Buscas algún relato en especial?

viernes, 11 de julio de 2008

LA TRANSICIÓN DE JUAN ROMERO (THE TRANSITION OF JUAN ROMERO) 16 DE SEPTIEMBRE 1919

No tengo ningún deseo de hablar de los sucesos que ocurrieron en la mina Norton el 18 y el 19 de octubre de 1891. Un sentido del deber para con la ciencia es lo único que me impulsa a rememorar, en los últimos años de mi vida, escenas y hechos cargados de un terror doblemente agudo por la imposibilidad de definirlo. Sin em­bargo, antes de morir, creo que debo contar lo que sé sobre la, digamos, transición de Juan Romero.

No hace falta que diga a la posteridad ni mi nombre ni cuál es mi origen; en realidad, creo que es mejor que no aparezcan, porque cuando un hombre emigra de repente a los Estados o a las Colonias, deja tras él su pasado. Además, lo que yo fui una vez no tiene nada que ver en absoluto con lo que voy a contar; excepto, quizá, el hecho de que durante mi servicio en la India me sentía más a gusto con los maestros nativos de blanca barba que entre mis compañeros oficiales. Había ahondado no poco en la extraña sabiduría de Oriente, cuando se abatieron sobre mí las calamidades que me impulsaron a emprender una nueva vida en el inmenso Oeste de América..., vida en la que consideré oportuno adoptar otro nombre: el que llevo actualmente, que es muy corriente y carece de significado.

Durante el verano y el otoño de 1894 viví en las mo­nótonas regiones de los Montes Cactus, donde trabajé de simple peón en la mina Norton, cuyo descubrimiento por un viejo buscador de oro, unos años antes, había transformado la región circundante, casi un páramo desértico, en un caldero hirviente de vida sórdida. Una ca­verna de oro, situada bajo un lago de la montaña, había enriquecido a su venerable descubridor más allá de cuan­to habrían podido pintarle los sueños más disparatados: y ahora era escenario de vastas operaciones de perfora­ción por parte de la compañía a la que había sido ven­dida finalmente. Se habían descubierto nuevas grutas, y la producción de metal amarillo era sumamente abundan­te; así que un ejército heterogéneo y poderoso de mine­ros trabajaba afanosamente día y noche en las numerosas galerías y oquedades rocosas. El superintendente, un tal Mr.
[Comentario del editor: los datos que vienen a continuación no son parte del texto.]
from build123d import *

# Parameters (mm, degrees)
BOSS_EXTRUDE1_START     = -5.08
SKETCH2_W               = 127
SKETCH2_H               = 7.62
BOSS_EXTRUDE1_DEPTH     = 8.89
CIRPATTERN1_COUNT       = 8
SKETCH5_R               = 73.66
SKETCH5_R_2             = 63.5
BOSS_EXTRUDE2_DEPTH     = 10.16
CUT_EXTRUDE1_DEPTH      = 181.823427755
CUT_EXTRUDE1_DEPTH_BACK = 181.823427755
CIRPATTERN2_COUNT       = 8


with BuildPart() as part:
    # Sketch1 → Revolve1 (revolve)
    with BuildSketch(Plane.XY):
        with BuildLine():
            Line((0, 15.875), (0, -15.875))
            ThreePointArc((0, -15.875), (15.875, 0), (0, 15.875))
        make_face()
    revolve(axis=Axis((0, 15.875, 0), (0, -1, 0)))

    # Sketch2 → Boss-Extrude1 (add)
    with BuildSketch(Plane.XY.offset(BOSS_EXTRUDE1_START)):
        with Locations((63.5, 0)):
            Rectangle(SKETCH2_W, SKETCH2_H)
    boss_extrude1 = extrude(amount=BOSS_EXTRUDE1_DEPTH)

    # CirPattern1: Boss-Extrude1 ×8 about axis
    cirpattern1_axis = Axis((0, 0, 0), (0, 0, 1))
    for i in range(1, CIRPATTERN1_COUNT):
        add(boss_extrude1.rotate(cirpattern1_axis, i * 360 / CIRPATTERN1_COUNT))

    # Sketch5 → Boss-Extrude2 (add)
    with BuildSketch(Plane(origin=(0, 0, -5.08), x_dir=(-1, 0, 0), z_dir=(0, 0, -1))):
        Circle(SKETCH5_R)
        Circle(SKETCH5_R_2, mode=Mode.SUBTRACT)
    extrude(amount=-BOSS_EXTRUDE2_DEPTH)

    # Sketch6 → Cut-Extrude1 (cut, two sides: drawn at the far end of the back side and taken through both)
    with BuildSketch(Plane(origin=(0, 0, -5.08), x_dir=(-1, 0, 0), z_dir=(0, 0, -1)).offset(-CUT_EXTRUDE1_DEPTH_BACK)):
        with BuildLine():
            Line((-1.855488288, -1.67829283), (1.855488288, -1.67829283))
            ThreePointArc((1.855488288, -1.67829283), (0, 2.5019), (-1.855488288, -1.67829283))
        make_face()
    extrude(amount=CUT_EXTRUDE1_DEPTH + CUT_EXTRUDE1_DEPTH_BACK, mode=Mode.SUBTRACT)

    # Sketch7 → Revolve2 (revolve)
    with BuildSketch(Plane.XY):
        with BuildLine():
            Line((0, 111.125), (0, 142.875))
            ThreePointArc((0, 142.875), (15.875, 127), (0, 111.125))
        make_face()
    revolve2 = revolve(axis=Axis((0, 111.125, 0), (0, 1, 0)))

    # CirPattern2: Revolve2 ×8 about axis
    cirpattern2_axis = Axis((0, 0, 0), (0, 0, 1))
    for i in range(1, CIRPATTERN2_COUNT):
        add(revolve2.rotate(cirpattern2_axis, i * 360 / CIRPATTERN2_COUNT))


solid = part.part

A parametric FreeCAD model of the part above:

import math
import FreeCAD as App
import Part
import Sketcher
Q = App.Units.Quantity


def add_polygon(sketch, points):
    """Adds a closed chain of lines whose ends are joined by coincident constraints."""
    first, n = sketch.GeometryCount, len(points)
    for a, b in zip(points, points[1:] + points[:1]):
        sketch.addGeometry(Part.LineSegment(App.Vector(*a, 0), App.Vector(*b, 0)), False)
    for i in range(n):
        sketch.addConstraint(Sketcher.Constraint("Coincident", first + i, 2, first + (i + 1) % n, 1))

doc = App.newDocument("Part")
body = doc.addObject("PartDesign::Body", "Body")

sketch1 = body.newObject("Sketcher::SketchObject", "Sketch")
sketch1.AttachmentSupport = (doc.getObject("XY_Plane"), [""])
sketch1.MapMode = "FlatFace"
sketch1.addGeometry(Part.LineSegment(App.Vector(0, 16, 0), App.Vector(0, -16, 0)), False)
sketch1.addGeometry(Part.ArcOfCircle(Part.Circle(App.Vector(0, 0, 0), App.Vector(0, 0, 1), 16), math.radians(-90), math.radians(90)), False)
sketch1.addConstraint(Sketcher.Constraint("Coincident", 0, 1, 1, 2))
sketch1.addConstraint(Sketcher.Constraint("Coincident", 1, 1, 0, 2))
sketch1.addConstraint(Sketcher.Constraint("Vertical", 0))
sketch1.addConstraint(Sketcher.Constraint("Coincident", 1, 3, -1, 1))
sketch1.addConstraint(Sketcher.Constraint("PointOnObject", 0, 1, -2))
sketch1.addConstraint(Sketcher.Constraint("Radius", 1, Q("0.625 in")))
revolution = body.newObject("PartDesign::Revolution", "Revolution")
revolution.Profile = sketch1
revolution.ReferenceAxis = (sketch1, ["V_Axis"])
revolution.Angle = 360

sketch2 = body.newObject("Sketcher::SketchObject", "Sketch001")
sketch2.AttachmentSupport = (doc.getObject("XY_Plane"), [""])
sketch2.MapMode = "FlatFace"
sketch2.AttachmentOffset = App.Placement(App.Vector(0, 0, -0.2 * 25.4), App.Rotation())
add_polygon(sketch2, [(0, 4), (0, -4), (127, -4), (127, 4)])
sketch2.addConstraint(Sketcher.Constraint("Vertical", 0))
sketch2.addConstraint(Sketcher.Constraint("Horizontal", 1))
sketch2.addConstraint(Sketcher.Constraint("Vertical", 2))
sketch2.addConstraint(Sketcher.Constraint("Horizontal", 3))
sketch2.addConstraint(Sketcher.Constraint("Symmetric", 0, 2, 3, 2, -1, 1))
sketch2.addConstraint(Sketcher.Constraint("DistanceX", 1, 1, 1, 2, Q("5 in")))
sketch2.addConstraint(Sketcher.Constraint("DistanceY", 0, 2, 0, 1, Q("0.3 in")))
pad1 = body.newObject("PartDesign::Pad", "Pad")
pad1.Profile = sketch2
pad1.Length = Q("0.35 in")
doc.recompute()

polarpattern = body.newObject("PartDesign::PolarPattern", "PolarPattern")
polarpattern.Originals = [pad1]
polarpattern.Axis = (doc.getObject("Z_Axis"), [""])
polarpattern.Angle = 360
polarpattern.Occurrences = 8
body.Tip = polarpattern

sketch3 = body.newObject("Sketcher::SketchObject", "Sketch002")
sketch3.AttachmentSupport = (doc.getObject("XY_Plane"), [""])
sketch3.MapMode = "FlatFace"
sketch3.AttachmentOffset = App.Placement(App.Vector(0, 0, -0.2 * 25.4), App.Rotation())
sketch3.addGeometry(Part.Circle(App.Vector(0, 0, 0), App.Vector(0, 0, 1), 74), False)
sketch3.addGeometry(Part.Circle(App.Vector(0, 0, 0), App.Vector(0, 0, 1), 64), False)
sketch3.addConstraint(Sketcher.Constraint("Coincident", 0, 3, -1, 1))
sketch3.addConstraint(Sketcher.Constraint("Coincident", 1, 3, -1, 1))
sketch3.addConstraint(Sketcher.Constraint("Diameter", 1, Q("5 in")))
sketch3.addConstraint(Sketcher.Constraint("Diameter", 0, Q("5.8 in")))
pad2 = body.newObject("PartDesign::Pad", "Pad001")
pad2.Profile = sketch3
pad2.Length = Q("0.4 in")

sketch4 = body.newObject("Sketcher::SketchObject", "Sketch003")
sketch4.AttachmentSupport = (doc.getObject("XY_Plane"), [""])
sketch4.MapMode = "FlatFace"
sketch4.AttachmentOffset = App.Placement(App.Vector(0, 0, -0.2 * 25.4), App.Rotation())
sketch4.addGeometry(Part.LineSegment(App.Vector(1.9, -1.7, 0), App.Vector(-1.9, -1.7, 0)), False)
sketch4.addGeometry(Part.ArcOfCircle(Part.Circle(App.Vector(0, 0, 0), App.Vector(0, 0, 1), 2.5), math.radians(-42), math.radians(222)), False)
sketch4.addConstraint(Sketcher.Constraint("Coincident", 0, 1, 1, 1))
sketch4.addConstraint(Sketcher.Constraint("Coincident", 1, 2, 0, 2))
sketch4.addConstraint(Sketcher.Constraint("Horizontal", 0))
sketch4.addConstraint(Sketcher.Constraint("Coincident", 1, 3, -1, 1))
sketch4.addConstraint(Sketcher.Constraint("Radius", 1, Q("0.0985 in")))
sketch4.addConstraint(Sketcher.Constraint("DistanceX", 0, 2, 0, 1, Q("3.710977 mm")))
pocket1 = body.newObject("PartDesign::Pocket", "Pocket")
pocket1.Profile = sketch4
pocket1.Type = "ThroughAll"
pocket1.Midplane = True

sketch5 = body.newObject("Sketcher::SketchObject", "Sketch004")
sketch5.AttachmentSupport = (doc.getObject("XY_Plane"), [""])
sketch5.MapMode = "FlatFace"
sketch5.addGeometry(Part.LineSegment(App.Vector(0, 143, 0), App.Vector(0, 111, 0)), False)
sketch5.addGeometry(Part.ArcOfCircle(Part.Circle(App.Vector(0, 127, 0), App.Vector(0, 0, 1), 16), math.radians(-90), math.radians(90)), False)
sketch5.addConstraint(Sketcher.Constraint("Coincident", 0, 1, 1, 2))
sketch5.addConstraint(Sketcher.Constraint("Coincident", 1, 1, 0, 2))
sketch5.addConstraint(Sketcher.Constraint("Vertical", 0))
sketch5.addConstraint(Sketcher.Constraint("PointOnObject", 1, 3, -2))
sketch5.addConstraint(Sketcher.Constraint("PointOnObject", 0, 1, -2))
sketch5.addConstraint(Sketcher.Constraint("DistanceY", -1, 1, 1, 3, Q("5 in")))
sketch5.addConstraint(Sketcher.Constraint("Radius", 1, Q("0.625 in")))
revolution2 = body.newObject("PartDesign::Revolution", "Revolution001")
revolution2.Profile = sketch5
revolution2.ReferenceAxis = (sketch5, ["V_Axis"])
revolution2.Angle = 360
doc.recompute()

polarpattern2 = body.newObject("PartDesign::PolarPattern", "PolarPattern001")
polarpattern2.Originals = [revolution2]
polarpattern2.Axis = (doc.getObject("Z_Axis"), [""])
polarpattern2.Angle = 360
polarpattern2.Occurrences = 8
body.Tip = polarpattern2

doc.recompute()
Arthur, hablaba a menudo de la singularidad de las formaciones geológicas locales, especulando sobre la pro­bable extensión de la cadena de cuevas, y evaluando el futuro de las titánicas empresas mineras. Consideraba las cavidades auríferas una consecuencia de la acción del agua, y creía que no tardarían en llegar a las últimas.
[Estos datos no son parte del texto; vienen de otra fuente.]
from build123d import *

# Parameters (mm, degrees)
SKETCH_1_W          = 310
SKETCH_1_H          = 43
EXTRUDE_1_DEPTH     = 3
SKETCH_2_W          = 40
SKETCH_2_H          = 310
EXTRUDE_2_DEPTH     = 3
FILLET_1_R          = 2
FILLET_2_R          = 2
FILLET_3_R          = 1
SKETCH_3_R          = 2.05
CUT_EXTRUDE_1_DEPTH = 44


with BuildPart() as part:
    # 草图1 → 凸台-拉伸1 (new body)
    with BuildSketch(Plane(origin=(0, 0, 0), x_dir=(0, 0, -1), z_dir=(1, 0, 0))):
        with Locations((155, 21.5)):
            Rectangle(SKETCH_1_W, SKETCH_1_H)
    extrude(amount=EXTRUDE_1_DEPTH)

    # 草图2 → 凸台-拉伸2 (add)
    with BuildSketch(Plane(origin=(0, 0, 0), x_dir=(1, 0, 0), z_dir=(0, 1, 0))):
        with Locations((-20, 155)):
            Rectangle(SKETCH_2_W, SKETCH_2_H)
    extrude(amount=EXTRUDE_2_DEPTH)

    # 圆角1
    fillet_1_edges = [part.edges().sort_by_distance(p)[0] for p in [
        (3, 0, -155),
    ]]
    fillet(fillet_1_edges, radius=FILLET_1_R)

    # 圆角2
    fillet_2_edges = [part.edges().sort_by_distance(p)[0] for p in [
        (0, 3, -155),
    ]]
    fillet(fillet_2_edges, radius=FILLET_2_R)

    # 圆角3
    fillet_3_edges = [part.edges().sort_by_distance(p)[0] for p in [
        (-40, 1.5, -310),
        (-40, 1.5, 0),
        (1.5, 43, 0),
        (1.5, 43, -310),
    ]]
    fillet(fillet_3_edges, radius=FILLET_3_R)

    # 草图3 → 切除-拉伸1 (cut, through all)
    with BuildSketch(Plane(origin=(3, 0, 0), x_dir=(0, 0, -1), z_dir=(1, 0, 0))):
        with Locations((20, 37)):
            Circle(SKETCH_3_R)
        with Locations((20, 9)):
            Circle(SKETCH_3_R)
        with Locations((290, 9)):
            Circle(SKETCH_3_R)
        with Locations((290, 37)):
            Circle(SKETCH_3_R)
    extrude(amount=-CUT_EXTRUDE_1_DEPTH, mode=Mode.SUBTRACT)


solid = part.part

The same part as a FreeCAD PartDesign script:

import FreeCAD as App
import Part
import Sketcher
Q = App.Units.Quantity


def edges_at(feature, points):
    """Names of the edges that pass closest to the given points."""
    edges = feature.Shape.Edges
    near = lambda p: min(range(len(edges)), key=lambda i: edges[i].distToShape(Part.Vertex(*p))[0])
    return sorted({f"Edge{near(p) + 1}" for p in points})


def add_polygon(sketch, points):
    """Adds a closed chain of lines whose ends are joined by coincident constraints."""
    first, n = sketch.GeometryCount, len(points)
    for a, b in zip(points, points[1:] + points[:1]):
        sketch.addGeometry(Part.LineSegment(App.Vector(*a, 0), App.Vector(*b, 0)), False)
    for i in range(n):
        sketch.addConstraint(Sketcher.Constraint("Coincident", first + i, 2, first + (i + 1) % n, 1))

doc = App.newDocument("Part")
body = doc.addObject("PartDesign::Body", "Body")

sketch1 = body.newObject("Sketcher::SketchObject", "Sketch")
sketch1.AttachmentSupport = (doc.getObject("YZ_Plane"), [""])
sketch1.MapMode = "FlatFace"
add_polygon(sketch1, [(43, 0), (0, 0), (0, -310), (43, -310)])
sketch1.addConstraint(Sketcher.Constraint("Horizontal", 0))
sketch1.addConstraint(Sketcher.Constraint("Vertical", 1))
sketch1.addConstraint(Sketcher.Constraint("Horizontal", 2))
sketch1.addConstraint(Sketcher.Constraint("Vertical", 3))
sketch1.addConstraint(Sketcher.Constraint("Coincident", 0, 2, -1, 1))
sketch1.addConstraint(Sketcher.Constraint("DistanceX", 0, 2, 0, 1, Q("43 mm")))
sketch1.addConstraint(Sketcher.Constraint("DistanceY", 1, 2, 1, 1, Q("310 mm")))
pad1 = body.newObject("PartDesign::Pad", "Pad")
pad1.Profile = sketch1
pad1.Length = 3

sketch2 = body.newObject("Sketcher::SketchObject", "Sketch001")
sketch2.AttachmentSupport = (doc.getObject("XZ_Plane"), [""])
sketch2.MapMode = "FlatFace"
add_polygon(sketch2, [(-40, -310), (-40, 0), (0, 0), (0, -310)])
sketch2.addConstraint(Sketcher.Constraint("Vertical", 0))
sketch2.addConstraint(Sketcher.Constraint("Horizontal", 1))
sketch2.addConstraint(Sketcher.Constraint("Vertical", 2))
sketch2.addConstraint(Sketcher.Constraint("Horizontal", 3))
sketch2.addConstraint(Sketcher.Constraint("Coincident", 1, 2, -1, 1))
sketch2.addConstraint(Sketcher.Constraint("DistanceX", 1, 1, 1, 2, Q("40 mm")))
sketch2.addConstraint(Sketcher.Constraint("DistanceY", 0, 1, 0, 2, Q("310 mm")))
pad2 = body.newObject("PartDesign::Pad", "Pad001")
pad2.Profile = sketch2
pad2.Length = 3
pad2.Reversed = True
doc.recompute()

fillet = body.newObject("PartDesign::Fillet", "Fillet")
fillet.Base = (pad2, edges_at(pad2, [(3, 0, -155)]))
fillet.Radius = 2
doc.recompute()

fillet2 = body.newObject("PartDesign::Fillet", "Fillet001")
fillet2.Base = (fillet, edges_at(fillet, [(0, 3, -155)]))
fillet2.Radius = 2
doc.recompute()

fillet3 = body.newObject("PartDesign::Fillet", "Fillet002")
fillet3.Base = (fillet2, edges_at(fillet2, [
    (-40, 1.5, -310),
    (-40, 1.5, 0),
    (1.5, 43, 0),
    (1.5, 43, -310),
]))
fillet3.Radius = 1

sketch3 = body.newObject("Sketcher::SketchObject", "Sketch002")
sketch3.AttachmentSupport = (doc.getObject("YZ_Plane"), [""])
sketch3.MapMode = "FlatFace"
sketch3.AttachmentOffset = App.Placement(App.Vector(0, 0, 3), App.Rotation())
sketch3.addGeometry(Part.Circle(App.Vector(37, -20, 0), App.Vector(0, 0, 1), 2.05), False)
sketch3.addGeometry(Part.Circle(App.Vector(9, -20, 0), App.Vector(0, 0, 1), 2.05), False)
sketch3.addGeometry(Part.Circle(App.Vector(9, -290, 0), App.Vector(0, 0, 1), 2.05), False)
sketch3.addGeometry(Part.Circle(App.Vector(37, -290, 0), App.Vector(0, 0, 1), 2.05), False)
sketch3.addConstraint(Sketcher.Constraint("Equal", 0, 1))
sketch3.addConstraint(Sketcher.Constraint("Equal", 1, 2))
sketch3.addConstraint(Sketcher.Constraint("Equal", 2, 3))
sketch3.addConstraint(Sketcher.Constraint("Horizontal", 0, 3, 1, 3))
sketch3.addConstraint(Sketcher.Constraint("Horizontal", 2, 3, 3, 3))
sketch3.addConstraint(Sketcher.Constraint("Vertical", 1, 3, 2, 3))
sketch3.addConstraint(Sketcher.Constraint("Vertical", 0, 3, 3, 3))
sketch3.addConstraint(Sketcher.Constraint("Diameter", 0, Q("4.1 mm")))
sketch3.addConstraint(Sketcher.Constraint("DistanceX", -1, 1, 0, 3, Q("37 mm")))
sketch3.addConstraint(Sketcher.Constraint("DistanceY", 0, 3, -1, 1, Q("20 mm")))
sketch3.addConstraint(Sketcher.Constraint("DistanceX", -1, 1, 1, 3, Q("9 mm")))
sketch3.addConstraint(Sketcher.Constraint("DistanceY", 2, 3, -1, 1, Q("290 mm")))
pocket1 = body.newObject("PartDesign::Pocket", "Pocket")
pocket1.Profile = sketch3
pocket1.Type = "ThroughAll"

doc.recompute()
Juan Romero vino a la mina Norton poco después de ser contratado yo. Miembro de esa chusma inmensa de mexicanos desaliñados que llegaban atraídos del país ve­cino, al principio llamó la atención sólo por su semblan­te, el cual, aunque claramente de tipo piel roja, era, sin embargo, notable por su color claro y sus rasgos refina­dos, muy distintos de los «chicanos» corrientes o los piuta de la localidad. Es curioso que a pesar de diferen­ciarse tanto de la mayoría de los indios tribales y de los hispanizados, Romero no daba la más mínima impresión de tener sangre caucásica. No era al conquistador caste­llano ni al pionero americano, sino al antiguo y noble azteca a quien la imaginación veía en este reservado peón, cuando se levantaba de madrugada y contemplaba fasci­nado el sol en el momento de asomar por encima de los montes orientales, al tiempo que extendía los brazos hacia el orbe como ejecutando algún rito cuya naturaleza ni él mismo comprendía. Pero salvo su rostro, no había en Romero nada que sugiriese la nobleza. Sucio e ignorante, se sentía a gusto entre los demás mexicanos de piel os­cura, y procedía (según me contaron después) de los am­bientes más bajos. Le habían encontrado de niño en una choza rudimentaria de la montaña; único superviviente de una epidemia que se había propagado mortalmente. Cerca de la choza, no lejos de una fisura de una extraña roca, había dos esqueletos recién mondados por los buitres, posiblemente pertenecientes a sus padres. Nadie recordaba la identidad de esta pareja, y pronto fue olvidada por to­dos. Y el desmoronamiento de la choza de adobe, y el cierre de la fisura por una avalancha posterior, contribu­yeron a borrar incluso el recuerdo del escenario. Criado por un cuatrero mexicano que le dio su nombre, Juan se diferenciaba muy poco de todos sus compañeros.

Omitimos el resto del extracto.